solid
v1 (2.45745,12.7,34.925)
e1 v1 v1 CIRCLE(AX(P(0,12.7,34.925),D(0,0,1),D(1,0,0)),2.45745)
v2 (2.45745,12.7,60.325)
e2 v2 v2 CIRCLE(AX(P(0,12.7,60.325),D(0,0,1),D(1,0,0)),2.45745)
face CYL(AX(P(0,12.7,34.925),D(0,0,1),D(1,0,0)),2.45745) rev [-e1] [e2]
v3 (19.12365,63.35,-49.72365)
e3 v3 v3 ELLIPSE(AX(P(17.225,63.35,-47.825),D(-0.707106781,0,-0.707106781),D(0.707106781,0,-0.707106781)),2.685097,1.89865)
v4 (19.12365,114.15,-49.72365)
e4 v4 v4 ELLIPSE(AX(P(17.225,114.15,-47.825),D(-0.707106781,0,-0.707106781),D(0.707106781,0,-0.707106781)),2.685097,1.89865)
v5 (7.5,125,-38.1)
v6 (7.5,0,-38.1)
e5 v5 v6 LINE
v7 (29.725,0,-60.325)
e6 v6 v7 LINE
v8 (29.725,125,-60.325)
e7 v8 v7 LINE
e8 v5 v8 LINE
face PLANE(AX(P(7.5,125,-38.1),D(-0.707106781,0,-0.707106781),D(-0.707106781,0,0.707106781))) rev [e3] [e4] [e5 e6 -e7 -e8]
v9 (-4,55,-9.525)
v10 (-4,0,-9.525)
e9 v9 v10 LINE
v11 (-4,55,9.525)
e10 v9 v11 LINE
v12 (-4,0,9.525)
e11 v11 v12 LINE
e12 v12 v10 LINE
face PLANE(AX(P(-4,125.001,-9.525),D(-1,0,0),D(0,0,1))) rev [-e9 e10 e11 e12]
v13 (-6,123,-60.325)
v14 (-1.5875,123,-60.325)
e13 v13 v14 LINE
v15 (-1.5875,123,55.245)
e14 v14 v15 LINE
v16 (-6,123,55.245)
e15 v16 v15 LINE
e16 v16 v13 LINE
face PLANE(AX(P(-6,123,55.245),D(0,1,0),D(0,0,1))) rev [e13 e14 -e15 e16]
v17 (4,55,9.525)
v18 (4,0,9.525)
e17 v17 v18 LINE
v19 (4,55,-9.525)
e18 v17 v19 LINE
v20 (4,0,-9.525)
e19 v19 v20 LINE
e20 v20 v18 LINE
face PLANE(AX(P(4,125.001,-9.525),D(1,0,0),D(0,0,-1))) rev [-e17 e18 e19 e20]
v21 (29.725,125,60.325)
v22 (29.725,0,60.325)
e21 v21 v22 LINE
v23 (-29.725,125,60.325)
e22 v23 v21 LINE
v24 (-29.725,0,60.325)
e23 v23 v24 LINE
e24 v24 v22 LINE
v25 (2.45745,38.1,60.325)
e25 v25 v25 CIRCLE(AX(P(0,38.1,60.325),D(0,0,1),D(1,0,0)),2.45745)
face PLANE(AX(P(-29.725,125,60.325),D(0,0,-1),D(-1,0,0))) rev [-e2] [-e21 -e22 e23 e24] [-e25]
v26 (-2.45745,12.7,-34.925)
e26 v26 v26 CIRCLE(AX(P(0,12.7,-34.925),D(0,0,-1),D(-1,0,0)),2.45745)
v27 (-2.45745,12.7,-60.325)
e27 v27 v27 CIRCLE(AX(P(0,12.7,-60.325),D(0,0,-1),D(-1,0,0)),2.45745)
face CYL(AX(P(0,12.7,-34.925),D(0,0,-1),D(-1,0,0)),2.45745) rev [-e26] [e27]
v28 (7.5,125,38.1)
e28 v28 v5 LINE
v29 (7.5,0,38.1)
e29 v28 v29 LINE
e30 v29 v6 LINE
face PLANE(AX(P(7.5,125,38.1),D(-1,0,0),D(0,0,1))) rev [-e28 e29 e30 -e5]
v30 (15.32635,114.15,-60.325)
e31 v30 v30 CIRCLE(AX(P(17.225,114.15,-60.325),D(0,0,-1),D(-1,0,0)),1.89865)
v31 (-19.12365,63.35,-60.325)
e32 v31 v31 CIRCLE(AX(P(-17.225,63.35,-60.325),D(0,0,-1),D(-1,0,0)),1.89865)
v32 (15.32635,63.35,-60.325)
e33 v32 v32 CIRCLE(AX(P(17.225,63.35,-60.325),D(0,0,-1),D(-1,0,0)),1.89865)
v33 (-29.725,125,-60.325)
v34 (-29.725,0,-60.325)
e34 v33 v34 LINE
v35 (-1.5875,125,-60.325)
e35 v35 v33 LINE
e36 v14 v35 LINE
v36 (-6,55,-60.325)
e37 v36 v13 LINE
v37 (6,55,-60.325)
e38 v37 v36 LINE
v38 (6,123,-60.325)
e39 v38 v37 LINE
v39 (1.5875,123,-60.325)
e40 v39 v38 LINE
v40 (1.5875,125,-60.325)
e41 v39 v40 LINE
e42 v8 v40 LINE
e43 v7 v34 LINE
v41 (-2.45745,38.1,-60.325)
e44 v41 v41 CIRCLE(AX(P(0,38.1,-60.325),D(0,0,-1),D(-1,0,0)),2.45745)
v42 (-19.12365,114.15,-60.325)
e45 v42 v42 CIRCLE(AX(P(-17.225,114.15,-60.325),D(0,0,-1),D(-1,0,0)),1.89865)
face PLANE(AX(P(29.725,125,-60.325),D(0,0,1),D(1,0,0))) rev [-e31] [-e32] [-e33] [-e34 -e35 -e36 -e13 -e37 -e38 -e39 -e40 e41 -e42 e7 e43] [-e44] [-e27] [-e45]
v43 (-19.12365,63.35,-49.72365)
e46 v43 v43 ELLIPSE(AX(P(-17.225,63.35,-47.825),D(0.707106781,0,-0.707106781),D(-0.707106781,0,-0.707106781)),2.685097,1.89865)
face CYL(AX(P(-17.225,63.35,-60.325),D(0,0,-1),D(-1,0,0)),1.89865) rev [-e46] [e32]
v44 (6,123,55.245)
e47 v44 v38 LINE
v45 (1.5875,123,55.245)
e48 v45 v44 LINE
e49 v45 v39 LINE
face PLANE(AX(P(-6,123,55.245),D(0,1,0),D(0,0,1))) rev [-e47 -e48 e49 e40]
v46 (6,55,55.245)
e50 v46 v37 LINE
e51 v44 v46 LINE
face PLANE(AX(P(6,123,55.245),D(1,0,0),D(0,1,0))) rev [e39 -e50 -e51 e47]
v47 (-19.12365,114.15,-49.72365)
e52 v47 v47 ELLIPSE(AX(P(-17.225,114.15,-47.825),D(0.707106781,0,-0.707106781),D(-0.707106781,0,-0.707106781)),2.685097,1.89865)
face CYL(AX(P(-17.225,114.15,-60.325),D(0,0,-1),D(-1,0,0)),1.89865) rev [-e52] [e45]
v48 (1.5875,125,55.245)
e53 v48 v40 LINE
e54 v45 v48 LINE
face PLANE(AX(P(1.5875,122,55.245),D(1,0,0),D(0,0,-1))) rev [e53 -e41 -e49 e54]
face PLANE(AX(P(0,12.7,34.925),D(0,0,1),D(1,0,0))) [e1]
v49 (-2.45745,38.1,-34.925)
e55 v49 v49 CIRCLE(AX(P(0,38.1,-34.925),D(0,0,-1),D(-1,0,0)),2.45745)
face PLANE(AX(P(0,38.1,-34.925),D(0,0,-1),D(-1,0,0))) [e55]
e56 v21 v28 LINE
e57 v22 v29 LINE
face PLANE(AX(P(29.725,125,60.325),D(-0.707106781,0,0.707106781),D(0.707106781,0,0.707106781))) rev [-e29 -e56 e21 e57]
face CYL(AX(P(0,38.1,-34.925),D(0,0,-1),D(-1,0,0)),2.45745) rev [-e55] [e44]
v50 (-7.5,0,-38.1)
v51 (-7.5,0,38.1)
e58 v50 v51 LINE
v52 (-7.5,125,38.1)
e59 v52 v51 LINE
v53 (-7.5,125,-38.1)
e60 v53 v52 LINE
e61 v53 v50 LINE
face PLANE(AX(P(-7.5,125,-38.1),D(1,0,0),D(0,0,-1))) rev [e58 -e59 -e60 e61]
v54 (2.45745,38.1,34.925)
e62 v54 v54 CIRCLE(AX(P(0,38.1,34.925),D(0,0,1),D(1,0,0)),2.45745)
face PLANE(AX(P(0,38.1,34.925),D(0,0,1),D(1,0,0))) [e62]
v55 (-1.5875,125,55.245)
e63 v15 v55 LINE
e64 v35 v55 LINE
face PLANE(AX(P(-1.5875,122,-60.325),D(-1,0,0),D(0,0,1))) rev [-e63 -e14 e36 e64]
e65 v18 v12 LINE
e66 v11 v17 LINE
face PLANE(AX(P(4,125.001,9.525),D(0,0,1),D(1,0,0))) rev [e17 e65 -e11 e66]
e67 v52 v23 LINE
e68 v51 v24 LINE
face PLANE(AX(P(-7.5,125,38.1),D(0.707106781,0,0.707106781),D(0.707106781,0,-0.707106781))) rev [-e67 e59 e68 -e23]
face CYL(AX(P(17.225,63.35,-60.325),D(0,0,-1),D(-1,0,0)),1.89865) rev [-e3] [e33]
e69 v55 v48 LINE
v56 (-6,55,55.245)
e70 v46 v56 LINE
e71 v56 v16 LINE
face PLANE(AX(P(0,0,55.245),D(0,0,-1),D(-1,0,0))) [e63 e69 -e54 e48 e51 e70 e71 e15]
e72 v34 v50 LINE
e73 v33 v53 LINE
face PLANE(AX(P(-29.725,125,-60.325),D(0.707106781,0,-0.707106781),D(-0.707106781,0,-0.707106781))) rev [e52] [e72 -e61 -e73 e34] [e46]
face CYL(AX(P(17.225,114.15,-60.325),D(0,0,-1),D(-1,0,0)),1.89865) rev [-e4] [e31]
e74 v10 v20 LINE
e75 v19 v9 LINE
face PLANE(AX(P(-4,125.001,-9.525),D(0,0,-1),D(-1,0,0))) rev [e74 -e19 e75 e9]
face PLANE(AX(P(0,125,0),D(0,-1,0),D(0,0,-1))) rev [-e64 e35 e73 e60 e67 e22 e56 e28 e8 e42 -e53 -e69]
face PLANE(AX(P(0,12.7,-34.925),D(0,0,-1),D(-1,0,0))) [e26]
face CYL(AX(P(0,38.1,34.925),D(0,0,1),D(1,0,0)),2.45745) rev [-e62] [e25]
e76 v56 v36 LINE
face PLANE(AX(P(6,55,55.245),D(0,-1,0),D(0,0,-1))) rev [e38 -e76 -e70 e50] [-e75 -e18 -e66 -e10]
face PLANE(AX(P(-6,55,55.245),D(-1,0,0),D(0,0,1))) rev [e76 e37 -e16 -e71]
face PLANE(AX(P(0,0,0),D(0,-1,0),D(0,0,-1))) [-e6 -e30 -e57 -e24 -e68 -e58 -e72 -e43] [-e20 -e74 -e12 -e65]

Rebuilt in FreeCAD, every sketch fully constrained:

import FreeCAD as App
import Part
import Sketcher

V = App.Vector


def add_polygon(sketch, points):
    """Adds a closed chain of lines whose ends are joined by coincident constraints."""
    first, n = sketch.GeometryCount, len(points)
    for a, b in zip(points, points[1:] + points[:1]):
        sketch.addGeometry(Part.LineSegment(App.Vector(*a, 0), App.Vector(*b, 0)), False)
    for i in range(n):
        sketch.addConstraint(Sketcher.Constraint("Coincident", first + i, 2, first + (i + 1) % n, 1))

doc = App.newDocument("Part")
body = doc.addObject("PartDesign::Body", "Body")

# Sketch on XZ plane
sketch1 = body.newObject("Sketcher::SketchObject", "Sketch")
sketch1.AttachmentSupport = (doc.getObject("XZ_Plane"), [""])
sketch1.MapMode = "FlatFace"
add_polygon(sketch1, [(-30, 60), (30, 60), (8, 38), (8, -38), (30, -60), (-30, -60), (-8, -38), (-8, 38)])  # lines 0-7
sketch1.addConstraint(Sketcher.Constraint("Horizontal", 0))
sketch1.addConstraint(Sketcher.Constraint("Vertical", 2))
sketch1.addConstraint(Sketcher.Constraint("Horizontal", 4))
sketch1.addConstraint(Sketcher.Constraint("Vertical", 6))
sketch1.addConstraint(Sketcher.Constraint("Symmetric", 0, 2, 4, 2, -1, 1))
sketch1.addConstraint(Sketcher.Constraint("Symmetric", 1, 2, 5, 2, -1, 1))
sketch1.addConstraint(Sketcher.Constraint("Perpendicular", 1, 3))
sketch1.addConstraint(Sketcher.Constraint("Perpendicular", 5, 7))
sketch1.addConstraint(Sketcher.Constraint("Horizontal", 2, 2, 5, 2))
sketch1.addConstraint(Sketcher.Constraint("Horizontal", 1, 2, 6, 2))
sketch1.addConstraint(Sketcher.Constraint("Vertical", 0, 2, 3, 2))
sketch1.addConstraint(Sketcher.Constraint("DistanceY", 2, 2, 2, 1, 76.2))
sketch1.addConstraint(Sketcher.Constraint("DistanceX", 5, 2, 2, 2, 15.0))
sketch1.addConstraint(Sketcher.Constraint("DistanceX", 0, 1, 0, 2, 59.45))
pad1 = body.newObject("PartDesign::Pad", "Pad")
pad1.Profile = sketch1
pad1.Length = 125
pad1.Reversed = True

# Sketch on XY plane
sketch2 = body.newObject("Sketcher::SketchObject", "Sketch001")
sketch2.AttachmentSupport = (doc.getObject("XY_Plane"), [""])
sketch2.MapMode = "FlatFace"
sketch2.AttachmentOffset = App.Placement(V(0, 0, -60.325), App.Rotation())
add_polygon(sketch2, [(6, 123), (6, 55), (-6, 55), (-6, 123)])  # lines 0-3
sketch2.addConstraint(Sketcher.Constraint("Vertical", 0))
sketch2.addConstraint(Sketcher.Constraint("Horizontal", 1))
sketch2.addConstraint(Sketcher.Constraint("Vertical", 2))
sketch2.addConstraint(Sketcher.Constraint("Horizontal", 3))
sketch2.addConstraint(Sketcher.Constraint("DistanceX", 1, 2, 1, 1, 12.0))
sketch2.addConstraint(Sketcher.Constraint("DistanceY", 0, 2, 0, 1, 68.0))
sketch2.addConstraint(Sketcher.Constraint("DistanceX", -1, 1, 0, 2, 6.0))
sketch2.addConstraint(Sketcher.Constraint("DistanceY", -1, 1, 0, 2, 55.0))
pocket1 = body.newObject("PartDesign::Pocket", "Pocket")
pocket1.Profile = sketch2
pocket1.Length = 115.57
pocket1.Reversed = True

# Sketch on XZ plane
sketch3 = body.newObject("Sketcher::SketchObject", "Sketch002")
sketch3.AttachmentSupport = (doc.getObject("XZ_Plane"), [""])
sketch3.MapMode = "FlatFace"
sketch3.AttachmentOffset = App.Placement(V(0, 0, -125), App.Rotation())
add_polygon(sketch3, [(-1.6, -60.3), (-1.6, 55.2), (1.6, 55.2), (1.6, -60.3)])  # lines 0-3
sketch3.addConstraint(Sketcher.Constraint("Vertical", 0))
sketch3.addConstraint(Sketcher.Constraint("Horizontal", 1))
sketch3.addConstraint(Sketcher.Constraint("Vertical", 2))
sketch3.addConstraint(Sketcher.Constraint("Horizontal", 3))
sketch3.addConstraint(Sketcher.Constraint("DistanceY", 0, 1, 0, 2, 115.57))
sketch3.addConstraint(Sketcher.Constraint("DistanceX", 1, 1, 1, 2, 3.175))
sketch3.addConstraint(Sketcher.Constraint("DistanceY", -1, 1, 0, 2, 55.245))
sketch3.addConstraint(Sketcher.Constraint("DistanceX", 0, 2, -1, 1, 1.5875))
pocket2 = body.newObject("PartDesign::Pocket", "Pocket001")
pocket2.Profile = sketch3
pocket2.Length = 3
pocket2.Reversed = True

* * *

__Required work__
Please return only the lines above, starting at the line that has "v43 (-19.12365,63.35,-49.72365)" and ending at the line that has "face PLANE(AX(P(-6,123,55.245),D(0,1,0),D(0,0,1))) rev [-e47", keeping both and leaving each one unchanged.

__Response__
v43 (-19.12365,63.35,-49.72365)
e46 v43 v43 ELLIPSE(AX(P(-17.225,63.35,-47.825),D(0.707106781,0,-0.707106781),D(-0.707106781,0,-0.707106781)),2.685097,1.89865)
face CYL(AX(P(-17.225,63.35,-60.325),D(0,0,-1),D(-1,0,0)),1.89865) rev [-e46] [e32]
v44 (6,123,55.245)
e47 v44 v38 LINE
v45 (1.5875,123,55.245)
e48 v45 v44 LINE
e49 v45 v39 LINE
face PLANE(AX(P(-6,123,55.245),D(0,1,0),D(0,0,1))) rev [-e47 -e48 e49 e40]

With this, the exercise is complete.